Felisa Miceli llegó a la función pública de la mano de Roberto Lavagna y creció a su lado hasta alcanzar la presidencia del Banco Nación. Su perfil progresista, sus opiniones filosas le valieron el reconocimiento de Néstor Kirchner, quien hoy la tiene entre sus preferidas. Por conocer a ambos, pronostica que el ministro de Economía seguirá firme en su puesto después de las elecciones. También anticipa que el Gobierno avanzará con una serie de medidas heterodoxas, como utilizar los fondos de las AFJP para promover la inversión y otras, como el combate al trabajo en negro, para “acelerar la reducción de la pobreza y mejorar la distribución del ingreso”. Sobre la inflación, dice en este reportaje con Página/12 que es preferible convivir con ella que apelar a las recetas ortodoxas, que son “la paz de los cementerios”.
–La derecha dice que después de las elecciones se viene el zurdaje.
–No me gusta esa palabra. Zurdaje suena despectivo. Este gobierno demostró cómo trabaja, con qué metodología y para qué país. Si la derecha dice eso tiene mala intención.
–La versión surge por la posibilidad de que el Gobierno afiance su poder en las urnas y tenga espacio para medidas más audaces.
–El Gobierno nació con el 22 por ciento de apoyo popular y eso implica que en estas elecciones debemos transformar la imagen positiva en mayor cantidad de votos. Eso reforzará la posibilidad de hacer las tareas transformadoras que el país necesita.
–¿Como cuáles?
–La principal meta para esta etapa es mejorar la distribución del ingreso. Todas las medidas que reduzcan la pobreza y permitan una mayor inclusión son las que debemos seguir tomando, porque debo resaltar que se adoptaron muchas iniciativas en ese sentido.
–A pesar del fuerte crecimiento, la pobreza bajó muy poco en la última medición.

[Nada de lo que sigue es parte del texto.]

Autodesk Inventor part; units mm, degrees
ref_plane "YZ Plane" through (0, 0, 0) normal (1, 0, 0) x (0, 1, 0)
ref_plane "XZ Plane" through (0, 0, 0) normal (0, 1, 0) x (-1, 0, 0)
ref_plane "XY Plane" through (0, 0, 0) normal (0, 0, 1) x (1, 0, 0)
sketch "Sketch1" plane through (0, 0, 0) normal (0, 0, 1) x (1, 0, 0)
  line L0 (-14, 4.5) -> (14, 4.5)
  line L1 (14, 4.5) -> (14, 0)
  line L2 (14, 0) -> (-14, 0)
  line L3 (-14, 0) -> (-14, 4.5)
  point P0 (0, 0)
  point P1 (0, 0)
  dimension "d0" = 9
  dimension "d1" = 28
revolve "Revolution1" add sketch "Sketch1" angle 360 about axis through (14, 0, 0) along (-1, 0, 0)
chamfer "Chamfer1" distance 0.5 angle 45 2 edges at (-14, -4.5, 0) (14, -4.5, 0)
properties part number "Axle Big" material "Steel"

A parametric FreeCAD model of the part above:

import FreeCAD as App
import Part
import Sketcher
from FreeCAD import Vector
Q = App.Units.Quantity


def edges_at(feature, points):
    """Names of the edges that pass closest to the given points."""
    edges = feature.Shape.Edges
    near = lambda p: min(range(len(edges)), key=lambda i: edges[i].distToShape(Part.Vertex(*p))[0])
    return sorted({f"Edge{near(p) + 1}" for p in points})

doc = App.newDocument("Part")
body = doc.addObject("PartDesign::Body", "Body")

sketch1 = body.newObject("Sketcher::SketchObject", "Sketch")
sketch1.AttachmentSupport = (doc.getObject("XY_Plane"), [""])
sketch1.MapMode = "FlatFace"
sketch1.addGeometry([
    Part.LineSegment(Vector(14, 4.5, 0), Vector(-14, 4.5, 0)),
    Part.LineSegment(Vector(-14, 4.5, 0), Vector(-14, 0, 0)),
    Part.LineSegment(Vector(-14, 0, 0), Vector(14, 0, 0)),
    Part.LineSegment(Vector(14, 0, 0), Vector(14, 4.5, 0)),
], False)
sketch1.addConstraint([
    Sketcher.Constraint("Coincident", 0, 2, 1, 1),
    Sketcher.Constraint("Coincident", 1, 2, 2, 1),
    Sketcher.Constraint("Coincident", 2, 2, 3, 1),
    Sketcher.Constraint("Coincident", 3, 2, 0, 1),
    Sketcher.Constraint("Horizontal", 0),
    Sketcher.Constraint("Vertical", 1),
    Sketcher.Constraint("Horizontal", 2),
    Sketcher.Constraint("Vertical", 3),
    Sketcher.Constraint("Symmetric", 1, 2, 2, 2, -1, 1),
    Sketcher.Constraint("DistanceX", 0, 2, 0, 1, Q("28 mm")),
    Sketcher.Constraint("DistanceY", 1, 2, 1, 1, Q("4.5 mm")),
])
revolution = body.newObject("PartDesign::Revolution", "Revolution")
revolution.Profile = sketch1
revolution.ReferenceAxis = (sketch1, ["H_Axis"])
revolution.Angle = 360
doc.recompute()

chamfer = body.newObject("PartDesign::Chamfer", "Chamfer")
chamfer.Base = (revolution, edges_at(revolution, [(-14, -4.5, 0), (14, -4.5, 0)]))
chamfer.Size = 0.5

doc.recompute()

–Vamos a profundizar muchas medidas para acelerar la reducción de la pobreza. Una de ellas es el combate al trabajo informal. Tengo entendido que será una prioridad para el año que viene. Es un instrumento de los más importantes para aumentar los ingresos de la población. Actualmente el empleo en negro es demasiado alto.
–El Gobierno de la Ciudad de Buenos Aires implementará un subsidio universal para terminar con la indigencia, ¿la Nación podría imitarlo?
–Es una muy buena medida. El Gobierno dio muestras de su voluntad para resolver el problema de la pobreza y la indigencia. Muchos gobiernos provinciales también podrían generar instrumentos que universalicen la política social.
–La CGT pide extender el seguro de desempleo a los trabajadores informales despedidos.
–Hay muchas medidas en análisis. Son propuestas de distintas áreas de Gobierno. El Presidente tomará las decisiones en el momento que lo considere compatible con la marcha del programa económico. Los ritmos los impone él y seguramente tendrá en cuenta los resultados electorales.
Ortodoxia o progresismo
–¿Lavagna es ortodoxo?
–Lavagna es un gran ministro de Economía. Junto al Presidente están llevando adelante la política económica que Argentina necesita y lo seguirán haciendo en el futuro.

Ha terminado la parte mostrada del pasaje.